Preparation of Carbon Dots with Peroxidase-like Activity and Their Application in Staphylococcus aureus Detection and Antimicrobial Susceptibility Test

Carbon dot (CD) nanozymes with excellent biocompatibility, optical properties, and catalytic activity show great promise for microbial detection and drug sensitivity testing. This study reports the synthesis of metal-doped green-emitting CDs with good peroxidase-like activity, which were synthesized via a one-step hydrothermal route using thiourea, N-[3-(trimethoxysilyl)propyl]ethylenediamine, and catechol as the starting materials and FeCl3 as the doping agent. In the presence of H2O2, CDs catalyze the oxidation of 3,3',5,5'-tetramethylbenzidine (TMB), producing a blue product; however, in the presence of bacteria and H2O2, the bacterial catalase enzyme decomposes H2O2 and inhibits the catalytic activity of CDs, preventing the color change.

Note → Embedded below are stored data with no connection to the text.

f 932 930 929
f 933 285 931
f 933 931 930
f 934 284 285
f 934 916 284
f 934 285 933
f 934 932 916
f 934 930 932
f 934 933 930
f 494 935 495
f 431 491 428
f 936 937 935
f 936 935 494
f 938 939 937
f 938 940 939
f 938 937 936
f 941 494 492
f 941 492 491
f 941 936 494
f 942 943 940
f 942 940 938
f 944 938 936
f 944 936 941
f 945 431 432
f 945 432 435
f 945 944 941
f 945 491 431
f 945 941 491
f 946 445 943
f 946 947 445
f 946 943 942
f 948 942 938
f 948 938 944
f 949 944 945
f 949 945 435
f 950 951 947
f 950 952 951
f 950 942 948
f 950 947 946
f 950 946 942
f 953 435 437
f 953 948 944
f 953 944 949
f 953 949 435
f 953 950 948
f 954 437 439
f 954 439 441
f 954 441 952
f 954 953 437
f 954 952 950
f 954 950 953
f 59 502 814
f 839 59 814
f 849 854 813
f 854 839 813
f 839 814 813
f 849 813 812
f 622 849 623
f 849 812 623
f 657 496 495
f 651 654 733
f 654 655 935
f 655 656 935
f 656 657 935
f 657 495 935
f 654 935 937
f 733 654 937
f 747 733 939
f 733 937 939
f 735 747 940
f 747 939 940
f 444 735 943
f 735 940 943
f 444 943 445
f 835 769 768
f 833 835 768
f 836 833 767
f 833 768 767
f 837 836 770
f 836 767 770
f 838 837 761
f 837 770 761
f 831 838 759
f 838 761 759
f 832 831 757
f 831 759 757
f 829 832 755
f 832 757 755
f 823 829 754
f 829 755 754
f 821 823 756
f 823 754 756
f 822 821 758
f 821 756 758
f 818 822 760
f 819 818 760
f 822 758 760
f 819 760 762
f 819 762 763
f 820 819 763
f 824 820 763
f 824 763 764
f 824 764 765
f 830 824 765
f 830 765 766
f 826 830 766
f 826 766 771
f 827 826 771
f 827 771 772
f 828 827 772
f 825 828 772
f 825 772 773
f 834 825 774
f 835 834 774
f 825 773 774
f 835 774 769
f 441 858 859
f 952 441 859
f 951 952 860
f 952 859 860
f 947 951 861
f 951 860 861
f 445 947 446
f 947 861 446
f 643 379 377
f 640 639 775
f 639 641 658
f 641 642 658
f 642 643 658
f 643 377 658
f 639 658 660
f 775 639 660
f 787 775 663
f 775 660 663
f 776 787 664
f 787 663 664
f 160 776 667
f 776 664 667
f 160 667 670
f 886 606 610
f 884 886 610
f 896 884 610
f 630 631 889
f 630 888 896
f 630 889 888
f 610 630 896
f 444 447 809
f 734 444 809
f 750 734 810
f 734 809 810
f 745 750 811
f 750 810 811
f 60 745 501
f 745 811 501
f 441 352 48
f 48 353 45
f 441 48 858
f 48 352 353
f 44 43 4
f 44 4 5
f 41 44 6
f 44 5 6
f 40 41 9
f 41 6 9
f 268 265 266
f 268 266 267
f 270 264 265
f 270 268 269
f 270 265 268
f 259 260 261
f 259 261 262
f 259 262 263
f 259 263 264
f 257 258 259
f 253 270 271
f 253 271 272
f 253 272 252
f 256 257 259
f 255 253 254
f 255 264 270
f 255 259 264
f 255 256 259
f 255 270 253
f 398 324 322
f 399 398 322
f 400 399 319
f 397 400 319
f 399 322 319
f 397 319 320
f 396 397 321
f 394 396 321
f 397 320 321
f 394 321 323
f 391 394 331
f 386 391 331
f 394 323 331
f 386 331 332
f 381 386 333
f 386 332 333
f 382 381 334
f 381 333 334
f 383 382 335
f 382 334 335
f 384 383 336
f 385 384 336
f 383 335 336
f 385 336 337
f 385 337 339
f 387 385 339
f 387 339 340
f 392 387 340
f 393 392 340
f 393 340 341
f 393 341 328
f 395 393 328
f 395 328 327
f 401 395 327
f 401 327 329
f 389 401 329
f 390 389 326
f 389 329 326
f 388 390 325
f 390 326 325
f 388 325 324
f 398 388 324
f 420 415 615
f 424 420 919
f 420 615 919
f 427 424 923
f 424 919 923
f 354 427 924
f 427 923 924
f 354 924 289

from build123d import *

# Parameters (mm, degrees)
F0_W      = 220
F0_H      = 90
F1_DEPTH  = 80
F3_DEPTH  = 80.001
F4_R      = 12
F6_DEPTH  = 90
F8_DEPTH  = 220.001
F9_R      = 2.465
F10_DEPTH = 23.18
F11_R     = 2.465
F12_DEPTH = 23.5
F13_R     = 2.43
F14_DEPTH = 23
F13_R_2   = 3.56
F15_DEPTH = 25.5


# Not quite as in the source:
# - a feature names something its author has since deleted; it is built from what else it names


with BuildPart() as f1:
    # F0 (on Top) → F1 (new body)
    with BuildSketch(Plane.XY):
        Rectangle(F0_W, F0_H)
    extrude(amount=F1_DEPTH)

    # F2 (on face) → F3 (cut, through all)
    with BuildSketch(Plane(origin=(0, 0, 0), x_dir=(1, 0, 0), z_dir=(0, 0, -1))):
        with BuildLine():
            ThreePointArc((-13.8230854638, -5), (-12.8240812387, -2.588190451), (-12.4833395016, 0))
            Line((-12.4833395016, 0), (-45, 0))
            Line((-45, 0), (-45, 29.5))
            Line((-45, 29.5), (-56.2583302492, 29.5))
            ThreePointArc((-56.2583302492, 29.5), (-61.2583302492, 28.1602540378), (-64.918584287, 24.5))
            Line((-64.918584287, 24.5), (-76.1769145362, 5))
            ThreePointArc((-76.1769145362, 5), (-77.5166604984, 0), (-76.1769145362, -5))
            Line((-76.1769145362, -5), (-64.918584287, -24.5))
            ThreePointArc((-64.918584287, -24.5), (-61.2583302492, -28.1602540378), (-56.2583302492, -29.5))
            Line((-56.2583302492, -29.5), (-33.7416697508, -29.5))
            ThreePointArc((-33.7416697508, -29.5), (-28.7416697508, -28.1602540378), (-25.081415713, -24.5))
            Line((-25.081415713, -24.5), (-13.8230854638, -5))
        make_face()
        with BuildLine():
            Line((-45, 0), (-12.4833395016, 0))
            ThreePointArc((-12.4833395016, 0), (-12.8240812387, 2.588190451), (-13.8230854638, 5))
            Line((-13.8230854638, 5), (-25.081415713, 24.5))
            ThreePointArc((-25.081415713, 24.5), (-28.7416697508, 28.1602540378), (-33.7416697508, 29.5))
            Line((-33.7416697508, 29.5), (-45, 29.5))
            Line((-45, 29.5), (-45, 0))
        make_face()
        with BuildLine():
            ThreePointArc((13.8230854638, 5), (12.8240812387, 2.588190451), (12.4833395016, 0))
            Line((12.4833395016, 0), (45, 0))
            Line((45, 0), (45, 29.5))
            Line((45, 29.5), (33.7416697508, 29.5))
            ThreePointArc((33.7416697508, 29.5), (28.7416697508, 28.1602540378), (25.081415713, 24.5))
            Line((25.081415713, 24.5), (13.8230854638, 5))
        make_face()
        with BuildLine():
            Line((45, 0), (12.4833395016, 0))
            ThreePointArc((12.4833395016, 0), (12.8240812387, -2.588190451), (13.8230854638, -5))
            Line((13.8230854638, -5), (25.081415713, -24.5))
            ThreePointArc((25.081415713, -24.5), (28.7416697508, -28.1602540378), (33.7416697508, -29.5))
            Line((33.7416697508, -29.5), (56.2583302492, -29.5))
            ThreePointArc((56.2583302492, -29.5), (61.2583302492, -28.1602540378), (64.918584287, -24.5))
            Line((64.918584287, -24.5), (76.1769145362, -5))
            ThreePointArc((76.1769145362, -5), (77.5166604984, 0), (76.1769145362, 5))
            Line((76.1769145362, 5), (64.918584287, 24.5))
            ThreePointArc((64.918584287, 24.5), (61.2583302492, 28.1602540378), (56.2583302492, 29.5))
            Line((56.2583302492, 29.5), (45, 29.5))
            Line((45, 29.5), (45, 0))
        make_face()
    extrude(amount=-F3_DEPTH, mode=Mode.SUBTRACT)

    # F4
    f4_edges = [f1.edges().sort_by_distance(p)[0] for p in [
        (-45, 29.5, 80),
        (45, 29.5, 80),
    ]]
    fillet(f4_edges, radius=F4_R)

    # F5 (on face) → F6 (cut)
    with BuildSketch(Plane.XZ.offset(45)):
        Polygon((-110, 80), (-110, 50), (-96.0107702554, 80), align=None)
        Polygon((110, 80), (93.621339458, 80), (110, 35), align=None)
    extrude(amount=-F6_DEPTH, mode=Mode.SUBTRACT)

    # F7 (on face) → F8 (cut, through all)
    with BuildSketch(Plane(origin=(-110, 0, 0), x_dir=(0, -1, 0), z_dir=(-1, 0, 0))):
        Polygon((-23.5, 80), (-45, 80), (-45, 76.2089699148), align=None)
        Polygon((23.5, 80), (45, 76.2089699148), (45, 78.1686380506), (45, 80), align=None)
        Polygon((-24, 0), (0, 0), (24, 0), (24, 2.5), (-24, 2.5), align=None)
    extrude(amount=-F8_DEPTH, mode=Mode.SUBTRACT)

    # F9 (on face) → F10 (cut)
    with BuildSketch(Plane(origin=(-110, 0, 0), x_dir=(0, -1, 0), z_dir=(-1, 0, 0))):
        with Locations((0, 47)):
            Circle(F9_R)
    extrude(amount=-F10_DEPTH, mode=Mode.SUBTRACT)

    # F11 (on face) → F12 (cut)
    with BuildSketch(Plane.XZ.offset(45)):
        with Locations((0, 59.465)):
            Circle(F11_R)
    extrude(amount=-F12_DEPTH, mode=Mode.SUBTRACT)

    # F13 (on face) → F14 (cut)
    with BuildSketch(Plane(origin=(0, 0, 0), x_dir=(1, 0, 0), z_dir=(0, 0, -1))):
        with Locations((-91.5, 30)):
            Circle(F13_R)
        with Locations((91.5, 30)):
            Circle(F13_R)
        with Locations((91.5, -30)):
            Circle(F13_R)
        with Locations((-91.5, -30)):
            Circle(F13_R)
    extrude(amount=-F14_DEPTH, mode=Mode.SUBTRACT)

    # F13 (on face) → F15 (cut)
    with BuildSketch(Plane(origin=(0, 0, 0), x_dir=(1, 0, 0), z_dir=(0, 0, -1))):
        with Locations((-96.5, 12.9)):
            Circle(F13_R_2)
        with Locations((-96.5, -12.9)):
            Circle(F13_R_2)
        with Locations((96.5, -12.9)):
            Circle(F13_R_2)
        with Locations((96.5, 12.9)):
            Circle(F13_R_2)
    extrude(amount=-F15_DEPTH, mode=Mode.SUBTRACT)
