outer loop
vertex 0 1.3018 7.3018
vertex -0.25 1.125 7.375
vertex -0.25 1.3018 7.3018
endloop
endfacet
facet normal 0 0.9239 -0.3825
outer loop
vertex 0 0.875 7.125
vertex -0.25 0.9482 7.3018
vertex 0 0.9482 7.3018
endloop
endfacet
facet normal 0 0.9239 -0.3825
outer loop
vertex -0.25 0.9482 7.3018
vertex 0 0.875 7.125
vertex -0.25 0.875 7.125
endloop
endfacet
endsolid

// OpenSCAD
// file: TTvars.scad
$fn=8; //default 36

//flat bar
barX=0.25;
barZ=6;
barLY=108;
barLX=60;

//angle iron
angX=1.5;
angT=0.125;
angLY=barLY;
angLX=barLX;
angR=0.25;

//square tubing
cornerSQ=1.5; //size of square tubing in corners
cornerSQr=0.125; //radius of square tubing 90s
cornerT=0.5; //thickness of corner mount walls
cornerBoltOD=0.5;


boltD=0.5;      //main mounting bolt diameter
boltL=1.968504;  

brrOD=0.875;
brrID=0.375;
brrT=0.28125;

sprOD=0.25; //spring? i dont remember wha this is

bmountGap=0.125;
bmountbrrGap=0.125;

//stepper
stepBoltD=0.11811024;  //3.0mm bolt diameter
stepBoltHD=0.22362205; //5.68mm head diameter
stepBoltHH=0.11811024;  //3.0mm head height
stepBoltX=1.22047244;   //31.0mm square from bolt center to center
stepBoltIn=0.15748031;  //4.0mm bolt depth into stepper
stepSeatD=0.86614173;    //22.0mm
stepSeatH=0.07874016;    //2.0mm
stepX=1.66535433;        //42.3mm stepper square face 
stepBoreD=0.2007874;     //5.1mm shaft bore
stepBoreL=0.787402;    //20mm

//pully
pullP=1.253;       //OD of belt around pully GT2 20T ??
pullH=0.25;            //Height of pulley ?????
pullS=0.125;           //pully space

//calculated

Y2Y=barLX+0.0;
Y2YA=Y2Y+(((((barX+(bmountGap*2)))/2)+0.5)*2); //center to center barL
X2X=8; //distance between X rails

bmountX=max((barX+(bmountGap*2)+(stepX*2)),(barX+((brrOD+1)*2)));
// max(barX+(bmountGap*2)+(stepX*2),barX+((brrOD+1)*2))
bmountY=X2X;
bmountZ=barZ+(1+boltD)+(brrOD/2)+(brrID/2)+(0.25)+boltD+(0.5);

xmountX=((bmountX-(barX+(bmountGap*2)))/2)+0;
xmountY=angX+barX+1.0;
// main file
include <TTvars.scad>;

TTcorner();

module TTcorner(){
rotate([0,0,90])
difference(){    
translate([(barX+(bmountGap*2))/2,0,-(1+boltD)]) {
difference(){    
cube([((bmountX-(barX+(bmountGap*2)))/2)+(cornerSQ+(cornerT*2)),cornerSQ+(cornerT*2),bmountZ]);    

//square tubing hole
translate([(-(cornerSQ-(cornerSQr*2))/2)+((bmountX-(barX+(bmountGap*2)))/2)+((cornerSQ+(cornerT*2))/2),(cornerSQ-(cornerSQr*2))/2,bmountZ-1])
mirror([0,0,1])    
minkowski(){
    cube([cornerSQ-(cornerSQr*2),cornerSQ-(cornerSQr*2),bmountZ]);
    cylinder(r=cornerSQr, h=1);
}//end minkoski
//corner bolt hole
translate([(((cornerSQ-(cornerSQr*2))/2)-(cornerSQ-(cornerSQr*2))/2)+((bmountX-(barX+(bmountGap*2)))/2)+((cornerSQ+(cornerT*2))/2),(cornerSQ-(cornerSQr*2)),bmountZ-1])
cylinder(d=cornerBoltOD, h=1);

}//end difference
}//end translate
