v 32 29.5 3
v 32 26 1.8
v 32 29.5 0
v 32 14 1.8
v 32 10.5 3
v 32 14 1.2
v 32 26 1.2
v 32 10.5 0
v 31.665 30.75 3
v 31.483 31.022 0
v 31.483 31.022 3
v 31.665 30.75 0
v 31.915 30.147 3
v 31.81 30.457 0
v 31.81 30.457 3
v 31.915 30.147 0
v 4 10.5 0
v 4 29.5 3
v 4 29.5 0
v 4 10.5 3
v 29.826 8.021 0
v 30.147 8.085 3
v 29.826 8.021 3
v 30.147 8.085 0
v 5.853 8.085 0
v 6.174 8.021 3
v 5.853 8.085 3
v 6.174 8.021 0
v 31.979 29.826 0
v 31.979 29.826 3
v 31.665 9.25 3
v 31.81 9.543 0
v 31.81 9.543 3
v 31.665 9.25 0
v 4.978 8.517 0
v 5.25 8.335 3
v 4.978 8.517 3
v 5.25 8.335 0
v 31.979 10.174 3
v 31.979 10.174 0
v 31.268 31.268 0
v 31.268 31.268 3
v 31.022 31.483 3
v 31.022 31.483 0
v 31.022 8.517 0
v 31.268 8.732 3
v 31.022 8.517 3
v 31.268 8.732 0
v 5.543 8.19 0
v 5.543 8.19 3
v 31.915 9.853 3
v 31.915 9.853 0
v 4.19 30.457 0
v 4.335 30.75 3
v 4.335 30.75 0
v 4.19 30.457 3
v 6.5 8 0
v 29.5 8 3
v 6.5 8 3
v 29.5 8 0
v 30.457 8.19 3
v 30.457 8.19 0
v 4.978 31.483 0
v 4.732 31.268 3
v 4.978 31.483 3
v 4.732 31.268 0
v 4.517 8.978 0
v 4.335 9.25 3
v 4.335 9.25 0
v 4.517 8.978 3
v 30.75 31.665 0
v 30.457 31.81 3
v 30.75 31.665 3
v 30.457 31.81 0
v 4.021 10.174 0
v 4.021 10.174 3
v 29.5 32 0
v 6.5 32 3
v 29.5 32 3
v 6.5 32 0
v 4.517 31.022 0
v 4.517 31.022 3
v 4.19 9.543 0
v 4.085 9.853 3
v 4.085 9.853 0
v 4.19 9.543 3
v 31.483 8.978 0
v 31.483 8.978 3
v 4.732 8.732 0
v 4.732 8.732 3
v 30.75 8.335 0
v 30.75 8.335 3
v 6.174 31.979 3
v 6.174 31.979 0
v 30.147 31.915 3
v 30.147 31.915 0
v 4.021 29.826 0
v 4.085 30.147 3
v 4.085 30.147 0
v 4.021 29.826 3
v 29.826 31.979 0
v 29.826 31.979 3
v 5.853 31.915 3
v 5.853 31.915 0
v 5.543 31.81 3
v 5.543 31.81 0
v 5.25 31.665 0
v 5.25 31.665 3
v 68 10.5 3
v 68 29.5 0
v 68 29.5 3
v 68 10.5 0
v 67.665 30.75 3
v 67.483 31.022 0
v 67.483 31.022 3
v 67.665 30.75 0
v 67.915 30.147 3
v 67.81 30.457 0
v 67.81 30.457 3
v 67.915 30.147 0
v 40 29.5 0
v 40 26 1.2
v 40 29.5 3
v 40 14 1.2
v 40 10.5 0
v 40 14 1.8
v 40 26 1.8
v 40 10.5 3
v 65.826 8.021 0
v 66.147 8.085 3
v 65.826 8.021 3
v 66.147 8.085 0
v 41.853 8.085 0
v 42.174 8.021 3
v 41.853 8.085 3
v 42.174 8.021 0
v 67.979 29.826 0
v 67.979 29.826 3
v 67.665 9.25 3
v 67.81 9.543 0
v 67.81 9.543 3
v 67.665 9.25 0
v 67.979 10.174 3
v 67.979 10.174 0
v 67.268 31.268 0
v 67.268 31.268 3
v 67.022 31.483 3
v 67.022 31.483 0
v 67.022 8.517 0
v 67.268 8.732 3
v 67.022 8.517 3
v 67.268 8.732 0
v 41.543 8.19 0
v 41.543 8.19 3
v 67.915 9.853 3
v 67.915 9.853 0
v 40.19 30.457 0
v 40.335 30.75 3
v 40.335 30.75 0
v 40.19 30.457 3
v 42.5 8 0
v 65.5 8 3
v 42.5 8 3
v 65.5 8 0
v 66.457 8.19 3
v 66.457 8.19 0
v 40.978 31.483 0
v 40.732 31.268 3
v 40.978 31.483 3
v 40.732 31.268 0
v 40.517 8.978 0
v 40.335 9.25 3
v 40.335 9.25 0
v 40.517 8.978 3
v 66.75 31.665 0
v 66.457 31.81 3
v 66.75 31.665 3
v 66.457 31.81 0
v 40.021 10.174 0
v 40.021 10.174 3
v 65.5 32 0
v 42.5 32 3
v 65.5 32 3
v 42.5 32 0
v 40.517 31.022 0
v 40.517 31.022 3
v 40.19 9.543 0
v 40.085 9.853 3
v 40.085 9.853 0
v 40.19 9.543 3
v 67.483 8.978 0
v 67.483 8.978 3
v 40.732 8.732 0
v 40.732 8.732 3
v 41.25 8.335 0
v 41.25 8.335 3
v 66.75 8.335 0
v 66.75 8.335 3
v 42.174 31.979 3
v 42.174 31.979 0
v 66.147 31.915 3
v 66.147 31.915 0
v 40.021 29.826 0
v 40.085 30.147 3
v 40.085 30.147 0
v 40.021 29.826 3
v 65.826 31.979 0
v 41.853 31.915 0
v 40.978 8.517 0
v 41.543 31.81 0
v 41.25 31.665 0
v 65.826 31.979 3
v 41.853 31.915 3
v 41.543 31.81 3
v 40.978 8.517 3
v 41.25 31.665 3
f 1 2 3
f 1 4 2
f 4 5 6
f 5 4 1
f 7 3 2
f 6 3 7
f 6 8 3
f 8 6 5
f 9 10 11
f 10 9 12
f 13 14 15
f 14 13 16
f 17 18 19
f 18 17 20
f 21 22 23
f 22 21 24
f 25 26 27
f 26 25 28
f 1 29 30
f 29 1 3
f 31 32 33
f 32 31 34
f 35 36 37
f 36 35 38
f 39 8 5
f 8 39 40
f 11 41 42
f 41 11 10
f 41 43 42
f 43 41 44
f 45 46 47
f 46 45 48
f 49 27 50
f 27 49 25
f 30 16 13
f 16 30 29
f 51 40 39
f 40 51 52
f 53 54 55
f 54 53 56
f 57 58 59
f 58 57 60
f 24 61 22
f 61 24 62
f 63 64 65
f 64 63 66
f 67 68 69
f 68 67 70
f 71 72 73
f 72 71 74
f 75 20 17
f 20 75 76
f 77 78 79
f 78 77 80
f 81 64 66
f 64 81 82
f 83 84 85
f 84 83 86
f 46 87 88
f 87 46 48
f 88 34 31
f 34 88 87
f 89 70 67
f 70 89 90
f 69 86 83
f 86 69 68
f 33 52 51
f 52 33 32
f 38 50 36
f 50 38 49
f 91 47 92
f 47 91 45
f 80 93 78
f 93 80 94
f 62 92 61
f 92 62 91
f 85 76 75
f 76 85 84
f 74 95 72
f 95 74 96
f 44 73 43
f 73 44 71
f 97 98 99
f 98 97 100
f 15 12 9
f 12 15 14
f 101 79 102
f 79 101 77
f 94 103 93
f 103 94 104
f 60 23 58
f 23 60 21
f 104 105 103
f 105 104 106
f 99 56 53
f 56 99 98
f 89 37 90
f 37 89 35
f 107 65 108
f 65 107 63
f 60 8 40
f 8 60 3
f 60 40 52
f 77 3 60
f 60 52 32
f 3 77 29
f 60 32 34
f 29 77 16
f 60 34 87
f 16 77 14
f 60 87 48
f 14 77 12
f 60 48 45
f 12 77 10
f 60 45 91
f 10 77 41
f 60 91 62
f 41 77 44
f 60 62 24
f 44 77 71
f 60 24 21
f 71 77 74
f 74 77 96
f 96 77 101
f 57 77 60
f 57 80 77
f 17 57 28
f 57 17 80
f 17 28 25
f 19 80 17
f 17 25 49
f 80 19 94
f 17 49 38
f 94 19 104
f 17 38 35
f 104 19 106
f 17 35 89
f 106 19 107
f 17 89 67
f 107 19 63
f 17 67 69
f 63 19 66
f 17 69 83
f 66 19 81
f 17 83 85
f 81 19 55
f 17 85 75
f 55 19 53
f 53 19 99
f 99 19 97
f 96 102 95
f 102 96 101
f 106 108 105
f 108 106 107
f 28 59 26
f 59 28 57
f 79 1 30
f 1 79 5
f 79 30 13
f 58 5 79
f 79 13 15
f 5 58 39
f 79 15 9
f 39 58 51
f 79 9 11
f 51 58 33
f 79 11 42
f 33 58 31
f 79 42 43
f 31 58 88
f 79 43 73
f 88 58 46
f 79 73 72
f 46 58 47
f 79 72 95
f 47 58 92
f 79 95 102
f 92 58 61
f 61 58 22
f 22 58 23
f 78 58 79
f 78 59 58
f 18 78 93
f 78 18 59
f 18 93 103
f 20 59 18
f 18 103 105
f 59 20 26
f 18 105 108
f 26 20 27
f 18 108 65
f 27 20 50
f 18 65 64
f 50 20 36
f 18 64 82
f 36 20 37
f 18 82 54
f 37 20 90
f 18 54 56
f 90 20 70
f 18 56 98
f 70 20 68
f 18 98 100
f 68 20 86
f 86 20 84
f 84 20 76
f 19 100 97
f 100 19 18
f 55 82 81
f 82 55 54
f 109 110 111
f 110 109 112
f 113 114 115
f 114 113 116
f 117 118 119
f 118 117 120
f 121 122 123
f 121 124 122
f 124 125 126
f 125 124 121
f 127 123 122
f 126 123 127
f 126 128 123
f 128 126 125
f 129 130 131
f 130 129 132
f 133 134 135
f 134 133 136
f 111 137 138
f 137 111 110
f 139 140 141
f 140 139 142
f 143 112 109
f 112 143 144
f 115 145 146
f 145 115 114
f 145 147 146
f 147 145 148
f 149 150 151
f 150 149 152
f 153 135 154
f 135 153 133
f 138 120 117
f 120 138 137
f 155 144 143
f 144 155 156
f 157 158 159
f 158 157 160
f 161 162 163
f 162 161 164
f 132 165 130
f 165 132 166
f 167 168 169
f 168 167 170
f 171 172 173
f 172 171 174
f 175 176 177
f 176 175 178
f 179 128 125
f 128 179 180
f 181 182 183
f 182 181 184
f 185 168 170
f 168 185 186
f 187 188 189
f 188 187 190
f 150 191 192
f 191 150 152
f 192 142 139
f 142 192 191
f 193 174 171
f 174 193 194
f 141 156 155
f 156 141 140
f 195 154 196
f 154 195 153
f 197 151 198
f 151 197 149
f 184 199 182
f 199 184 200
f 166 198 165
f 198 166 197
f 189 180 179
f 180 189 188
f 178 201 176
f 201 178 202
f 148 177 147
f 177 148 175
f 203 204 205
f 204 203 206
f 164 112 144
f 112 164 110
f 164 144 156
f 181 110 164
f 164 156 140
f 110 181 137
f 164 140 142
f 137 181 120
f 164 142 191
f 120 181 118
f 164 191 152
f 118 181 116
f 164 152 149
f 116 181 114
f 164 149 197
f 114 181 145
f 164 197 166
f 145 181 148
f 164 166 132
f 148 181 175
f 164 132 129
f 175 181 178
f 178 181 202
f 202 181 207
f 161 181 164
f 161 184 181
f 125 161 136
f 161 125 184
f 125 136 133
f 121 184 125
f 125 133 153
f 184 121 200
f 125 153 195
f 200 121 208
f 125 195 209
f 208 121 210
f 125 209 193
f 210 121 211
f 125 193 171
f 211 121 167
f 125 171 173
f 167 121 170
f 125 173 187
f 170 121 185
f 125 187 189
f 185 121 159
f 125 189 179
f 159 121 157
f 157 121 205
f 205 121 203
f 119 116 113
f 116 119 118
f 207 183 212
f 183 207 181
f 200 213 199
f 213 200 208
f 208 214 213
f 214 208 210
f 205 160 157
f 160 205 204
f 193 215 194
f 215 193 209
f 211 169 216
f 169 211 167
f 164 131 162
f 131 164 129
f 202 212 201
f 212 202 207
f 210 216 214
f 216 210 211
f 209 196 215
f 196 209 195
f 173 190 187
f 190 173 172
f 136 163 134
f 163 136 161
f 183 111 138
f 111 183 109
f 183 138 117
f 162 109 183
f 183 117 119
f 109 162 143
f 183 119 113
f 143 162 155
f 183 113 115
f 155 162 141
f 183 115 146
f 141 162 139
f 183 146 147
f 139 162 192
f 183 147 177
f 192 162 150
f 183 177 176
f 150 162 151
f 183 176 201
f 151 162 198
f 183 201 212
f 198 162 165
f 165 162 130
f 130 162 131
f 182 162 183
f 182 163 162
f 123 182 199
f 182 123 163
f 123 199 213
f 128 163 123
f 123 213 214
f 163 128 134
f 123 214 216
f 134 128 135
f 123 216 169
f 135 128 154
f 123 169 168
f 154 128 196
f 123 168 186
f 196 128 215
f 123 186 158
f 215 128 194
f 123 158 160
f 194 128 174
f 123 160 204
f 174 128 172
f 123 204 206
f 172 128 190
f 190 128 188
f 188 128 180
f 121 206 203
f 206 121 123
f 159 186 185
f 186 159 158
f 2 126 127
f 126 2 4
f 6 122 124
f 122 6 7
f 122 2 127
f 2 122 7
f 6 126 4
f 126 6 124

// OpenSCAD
/*
Sample 009: Dünnsteg-Festkörpergelenk — weich 0,6 mm
Generated from the FDM Mechanical Sample Library.
Units: millimetres.

Override examples:
  openscad -o custom.stl -D 'view="plate"' -D 'render_fn=64' model.scad
  openscad -o preview.png -D 'view="assembly"' model.scad
*/
use <../../../library/fdm_mechanisms.scad>

render_fn = is_undef(render_fn) ? 48 : render_fn;
view = is_undef(view) ? "plate" : view;
$fn = render_fn;

sample_flexure_hinge(
    view=view,
    beam_t=0.6,
    beam_w=12,
    gap=8
);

The bacterial catalase enzyme neutralizes H2O2, which prevents the CDs from producing the color-changing reaction with TMB. Based on the CDs-TMB-H2O2 cascade system of bioenzymes and nanozymes, we developed a rapid, sensitive, and direct colorimetric detection method for Staphylococcus aureus (S. aureus) with a detection limit of 2 × 103 CFU/mL and a linear range of 2 × 103-2 × 106 CFU/mL. This visual detection method was successfully applied to the detection of S. aureus in food samples. Antibiotics have different effects on the proliferation of sensitive and resistant bacterial strains, leading to different levels of hydrolysis of H2O2 in the bacterial solution and resulting in varying intensities of the solution color; therefore, we developed a simple and visual antibiotic susceptibility test. The applications of CD nanozymes provide a powerful tool for detecting pathogenic bacteria in food, clinical, and environmental samples and infections.